### Problem to solve
Copy the listing below line for line, starting at its first line and ending with the line that has "v -172.205 -66.84 -148.246" in it. Add nothing.

Start of Supplied material

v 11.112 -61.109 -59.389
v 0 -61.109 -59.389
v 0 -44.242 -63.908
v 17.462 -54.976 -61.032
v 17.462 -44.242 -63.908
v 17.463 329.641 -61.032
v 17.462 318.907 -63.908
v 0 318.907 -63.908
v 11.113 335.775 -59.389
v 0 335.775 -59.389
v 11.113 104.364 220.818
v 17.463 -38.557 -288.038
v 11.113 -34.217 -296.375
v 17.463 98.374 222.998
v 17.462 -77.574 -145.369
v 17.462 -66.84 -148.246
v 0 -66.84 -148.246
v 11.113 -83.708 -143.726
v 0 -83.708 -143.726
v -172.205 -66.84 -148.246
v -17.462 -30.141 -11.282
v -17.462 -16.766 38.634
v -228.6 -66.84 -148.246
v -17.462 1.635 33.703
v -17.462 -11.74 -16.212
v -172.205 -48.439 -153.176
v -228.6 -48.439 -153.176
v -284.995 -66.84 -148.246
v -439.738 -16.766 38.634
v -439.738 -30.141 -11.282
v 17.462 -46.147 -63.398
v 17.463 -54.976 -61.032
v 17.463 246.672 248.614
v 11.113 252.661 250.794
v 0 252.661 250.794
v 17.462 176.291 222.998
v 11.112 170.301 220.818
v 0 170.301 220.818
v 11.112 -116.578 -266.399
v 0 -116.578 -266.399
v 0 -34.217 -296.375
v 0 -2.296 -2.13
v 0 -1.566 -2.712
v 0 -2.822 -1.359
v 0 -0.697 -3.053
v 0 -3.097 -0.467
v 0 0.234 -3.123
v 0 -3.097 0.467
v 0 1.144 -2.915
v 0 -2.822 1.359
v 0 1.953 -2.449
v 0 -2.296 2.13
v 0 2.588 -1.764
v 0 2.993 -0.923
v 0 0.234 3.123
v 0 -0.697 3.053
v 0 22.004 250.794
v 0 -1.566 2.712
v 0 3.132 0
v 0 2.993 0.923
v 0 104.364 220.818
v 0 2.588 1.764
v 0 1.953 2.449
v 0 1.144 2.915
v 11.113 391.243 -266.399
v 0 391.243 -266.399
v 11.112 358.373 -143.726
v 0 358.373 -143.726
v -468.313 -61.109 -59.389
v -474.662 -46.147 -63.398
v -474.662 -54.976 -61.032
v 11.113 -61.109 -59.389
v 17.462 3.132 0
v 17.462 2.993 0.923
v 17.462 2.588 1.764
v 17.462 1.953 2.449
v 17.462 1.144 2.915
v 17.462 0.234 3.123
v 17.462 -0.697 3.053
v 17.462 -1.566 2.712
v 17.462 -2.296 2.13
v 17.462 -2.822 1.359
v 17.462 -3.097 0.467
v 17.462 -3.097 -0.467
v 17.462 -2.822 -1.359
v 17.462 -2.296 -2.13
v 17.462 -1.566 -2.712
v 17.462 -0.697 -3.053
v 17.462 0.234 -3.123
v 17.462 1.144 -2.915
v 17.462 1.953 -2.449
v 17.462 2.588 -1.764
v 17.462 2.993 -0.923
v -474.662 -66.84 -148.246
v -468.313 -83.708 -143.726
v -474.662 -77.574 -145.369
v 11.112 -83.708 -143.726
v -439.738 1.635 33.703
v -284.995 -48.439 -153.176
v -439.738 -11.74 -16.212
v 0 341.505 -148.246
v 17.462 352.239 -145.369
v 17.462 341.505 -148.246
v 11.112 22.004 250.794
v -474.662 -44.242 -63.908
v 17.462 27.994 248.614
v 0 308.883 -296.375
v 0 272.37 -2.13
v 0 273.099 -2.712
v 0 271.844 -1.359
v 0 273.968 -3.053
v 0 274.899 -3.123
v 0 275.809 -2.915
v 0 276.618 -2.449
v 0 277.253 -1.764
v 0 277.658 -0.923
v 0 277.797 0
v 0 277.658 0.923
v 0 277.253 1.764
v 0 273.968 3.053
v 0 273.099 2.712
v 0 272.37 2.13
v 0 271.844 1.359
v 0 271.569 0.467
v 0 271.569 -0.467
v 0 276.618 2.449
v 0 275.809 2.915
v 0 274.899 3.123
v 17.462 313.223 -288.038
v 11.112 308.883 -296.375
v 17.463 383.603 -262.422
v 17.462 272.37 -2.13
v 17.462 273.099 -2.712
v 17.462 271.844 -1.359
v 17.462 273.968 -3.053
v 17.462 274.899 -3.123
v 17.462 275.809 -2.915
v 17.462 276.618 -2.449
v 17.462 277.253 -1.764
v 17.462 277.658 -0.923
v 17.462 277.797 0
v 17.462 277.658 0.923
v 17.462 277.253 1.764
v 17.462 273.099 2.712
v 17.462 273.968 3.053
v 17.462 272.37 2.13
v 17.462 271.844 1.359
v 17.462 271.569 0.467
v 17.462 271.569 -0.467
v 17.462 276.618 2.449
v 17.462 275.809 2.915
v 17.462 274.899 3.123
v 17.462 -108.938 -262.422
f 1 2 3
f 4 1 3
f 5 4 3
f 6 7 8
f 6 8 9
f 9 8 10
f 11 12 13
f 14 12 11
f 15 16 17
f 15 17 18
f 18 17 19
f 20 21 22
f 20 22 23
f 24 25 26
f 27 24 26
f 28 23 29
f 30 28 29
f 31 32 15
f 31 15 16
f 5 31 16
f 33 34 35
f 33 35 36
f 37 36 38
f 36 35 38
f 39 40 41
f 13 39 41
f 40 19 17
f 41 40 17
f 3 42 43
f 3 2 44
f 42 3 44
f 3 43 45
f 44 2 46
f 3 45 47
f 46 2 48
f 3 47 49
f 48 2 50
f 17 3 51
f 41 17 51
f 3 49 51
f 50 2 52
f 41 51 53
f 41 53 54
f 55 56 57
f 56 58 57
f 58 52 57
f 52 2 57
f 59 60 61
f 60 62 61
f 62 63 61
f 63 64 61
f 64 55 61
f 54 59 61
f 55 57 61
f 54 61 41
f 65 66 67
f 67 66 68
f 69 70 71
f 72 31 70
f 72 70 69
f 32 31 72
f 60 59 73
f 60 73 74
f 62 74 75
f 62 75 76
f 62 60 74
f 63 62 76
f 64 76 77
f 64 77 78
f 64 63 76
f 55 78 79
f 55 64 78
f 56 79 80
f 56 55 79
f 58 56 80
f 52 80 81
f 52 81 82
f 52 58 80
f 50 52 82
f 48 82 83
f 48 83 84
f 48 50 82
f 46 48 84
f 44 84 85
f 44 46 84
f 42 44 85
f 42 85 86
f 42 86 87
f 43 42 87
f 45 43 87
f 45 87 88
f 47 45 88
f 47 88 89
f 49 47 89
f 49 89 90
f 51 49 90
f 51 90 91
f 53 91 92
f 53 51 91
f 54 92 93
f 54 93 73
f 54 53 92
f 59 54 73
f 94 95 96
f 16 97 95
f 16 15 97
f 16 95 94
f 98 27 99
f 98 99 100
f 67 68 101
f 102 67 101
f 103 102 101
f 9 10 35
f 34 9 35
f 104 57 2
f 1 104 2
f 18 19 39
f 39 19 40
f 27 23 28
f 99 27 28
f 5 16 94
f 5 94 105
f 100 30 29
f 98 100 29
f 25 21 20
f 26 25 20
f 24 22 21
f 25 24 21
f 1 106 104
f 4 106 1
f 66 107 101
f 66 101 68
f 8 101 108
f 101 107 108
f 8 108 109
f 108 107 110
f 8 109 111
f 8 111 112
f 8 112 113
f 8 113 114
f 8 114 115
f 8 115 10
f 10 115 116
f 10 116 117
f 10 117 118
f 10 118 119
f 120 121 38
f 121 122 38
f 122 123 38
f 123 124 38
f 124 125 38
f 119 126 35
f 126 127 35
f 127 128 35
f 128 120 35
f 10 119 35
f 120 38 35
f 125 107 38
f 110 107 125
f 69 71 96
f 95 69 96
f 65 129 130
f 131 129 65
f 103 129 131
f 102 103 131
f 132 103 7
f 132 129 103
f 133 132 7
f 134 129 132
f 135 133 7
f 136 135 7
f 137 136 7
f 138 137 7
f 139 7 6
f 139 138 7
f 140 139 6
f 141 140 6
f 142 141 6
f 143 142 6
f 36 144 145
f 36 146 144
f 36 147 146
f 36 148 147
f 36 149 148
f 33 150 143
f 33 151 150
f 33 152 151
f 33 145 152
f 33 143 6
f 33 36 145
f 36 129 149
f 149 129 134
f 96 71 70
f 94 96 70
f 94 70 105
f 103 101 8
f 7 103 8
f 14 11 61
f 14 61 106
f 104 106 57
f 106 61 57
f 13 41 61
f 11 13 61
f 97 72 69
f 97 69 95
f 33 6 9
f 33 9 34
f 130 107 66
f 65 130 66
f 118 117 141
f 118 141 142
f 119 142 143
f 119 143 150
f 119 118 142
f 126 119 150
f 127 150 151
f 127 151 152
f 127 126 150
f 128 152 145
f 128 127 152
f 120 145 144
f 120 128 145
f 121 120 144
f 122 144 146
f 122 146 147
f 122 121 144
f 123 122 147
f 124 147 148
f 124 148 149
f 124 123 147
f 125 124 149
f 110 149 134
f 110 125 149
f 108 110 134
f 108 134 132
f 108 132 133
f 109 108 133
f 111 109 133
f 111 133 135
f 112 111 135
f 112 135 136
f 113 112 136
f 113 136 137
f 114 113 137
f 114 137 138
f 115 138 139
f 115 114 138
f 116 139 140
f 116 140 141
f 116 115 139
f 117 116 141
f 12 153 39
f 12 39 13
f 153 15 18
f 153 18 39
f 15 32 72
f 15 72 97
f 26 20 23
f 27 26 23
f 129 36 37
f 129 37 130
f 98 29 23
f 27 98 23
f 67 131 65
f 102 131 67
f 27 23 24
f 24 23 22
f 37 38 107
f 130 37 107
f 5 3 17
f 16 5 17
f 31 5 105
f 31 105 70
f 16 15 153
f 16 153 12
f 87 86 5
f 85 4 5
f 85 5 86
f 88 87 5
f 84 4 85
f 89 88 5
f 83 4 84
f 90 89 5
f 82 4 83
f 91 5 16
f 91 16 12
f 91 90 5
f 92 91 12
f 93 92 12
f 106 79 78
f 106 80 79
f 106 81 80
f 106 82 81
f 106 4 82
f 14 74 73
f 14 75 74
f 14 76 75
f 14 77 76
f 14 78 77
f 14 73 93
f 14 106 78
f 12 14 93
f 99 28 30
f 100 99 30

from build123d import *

# Parameters (mm, degrees)
F0_R      = 3.13175
F1_DEPTH  = 17.4625
F3_DEPTH  = 492.125
F4_SIZE   = 6.35
F4_2_SIZE = 6.35
F6_DEPTH  = 19.05


with BuildPart() as f1:
    # F0 (on Right) → F1 (new body)
    with BuildSketch(Plane.YZ):
        Polygon((104.364186, 220.817649), (22.003868, 250.794353), (-61.109397, -59.388579), (-44.241918, -63.908207), (-66.840055, -148.245605), (-83.707535, -143.725978), (-116.577554, -266.398558), (-34.217236, -296.375262), align=None)
        Circle(F0_R, mode=Mode.SUBTRACT)
        Polygon((252.661457, 250.794353), (170.30114, 220.817649), (308.882562, -296.375262), (391.24288, -266.398558), (358.372861, -143.725978), (341.505381, -148.245605), (318.907244, -63.908207), (335.774723, -59.388579), align=None)
        with Locations((274.665326, 0)):
            Circle(F0_R, mode=Mode.SUBTRACT)
    extrude(amount=F1_DEPTH)

    # F4#2
    f4_2_edges = [f1.edges().sort_by_distance(p)[0] for p in [
        (17.4625, -19.552765, 95.702887),
        (17.4625, 35.073475, -37.778806),
        (17.4625, -100.142545, -205.062268),
        (17.4625, -75.397395, -281.38691),
        (17.4625, 239.591851, -37.778806),
        (17.4625, 294.21809, 95.702887),
        (17.4625, 374.80787, -205.062268),
        (17.4625, 350.062721, -281.38691),
    ]]
    chamfer(f4_2_edges, length=F4_2_SIZE)


with BuildPart() as f3:
    # F2 (on face) → F3 (new body)
    with BuildSketch(Plane.YZ.offset(17.4625)):
        Polygon((-66.840055, -148.245605), (-44.241918, -63.908207), (-46.147437, -63.397624), (-61.109397, -59.388579), (-83.707535, -143.725978), align=None)
    extrude(amount=-F3_DEPTH)

    # F4
    f4_edges = [f3.edges().sort_by_distance(p)[0] for p in [
        (17.4625, -72.408466, -101.557278),
        (-474.6625, -72.408466, -101.557278),
    ]]
    chamfer(f4_edges, length=F4_SIZE)


with BuildPart() as f6:
    # F5 (on face) → F6 (new body)
    with BuildSketch(Plane(origin=(0, -25.30122, 6.779441), x_dir=(-1, 0, 0), z_dir=(0, 0.965926, -0.258819))):
        Polygon((17.4625, 32.978135), (17.4625, -18.698484), (172.204866, -160.493738), (228.6, -160.493738), align=None)
        Polygon((439.7375, 32.978135), (228.6, -160.493738), (284.995134, -160.493738), (439.7375, -18.698484), align=None)
    extrude(amount=F6_DEPTH)


solid = Compound([f1.part, f3.part, f6.part])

End of Supplied material

### Task output
v 11.112 -61.109 -59.389
v 0 -61.109 -59.389
v 0 -44.242 -63.908
v 17.462 -54.976 -61.032
v 17.462 -44.242 -63.908
v 17.463 329.641 -61.032
v 17.462 318.907 -63.908
v 0 318.907 -63.908
v 11.113 335.775 -59.389
v 0 335.775 -59.389
v 11.113 104.364 220.818
v 17.463 -38.557 -288.038
v 11.113 -34.217 -296.375
v 17.463 98.374 222.998
v 17.462 -77.574 -145.369
v 17.462 -66.84 -148.246
v 0 -66.84 -148.246
v 11.113 -83.708 -143.726
v 0 -83.708 -143.726
v -172.205 -66.84 -148.246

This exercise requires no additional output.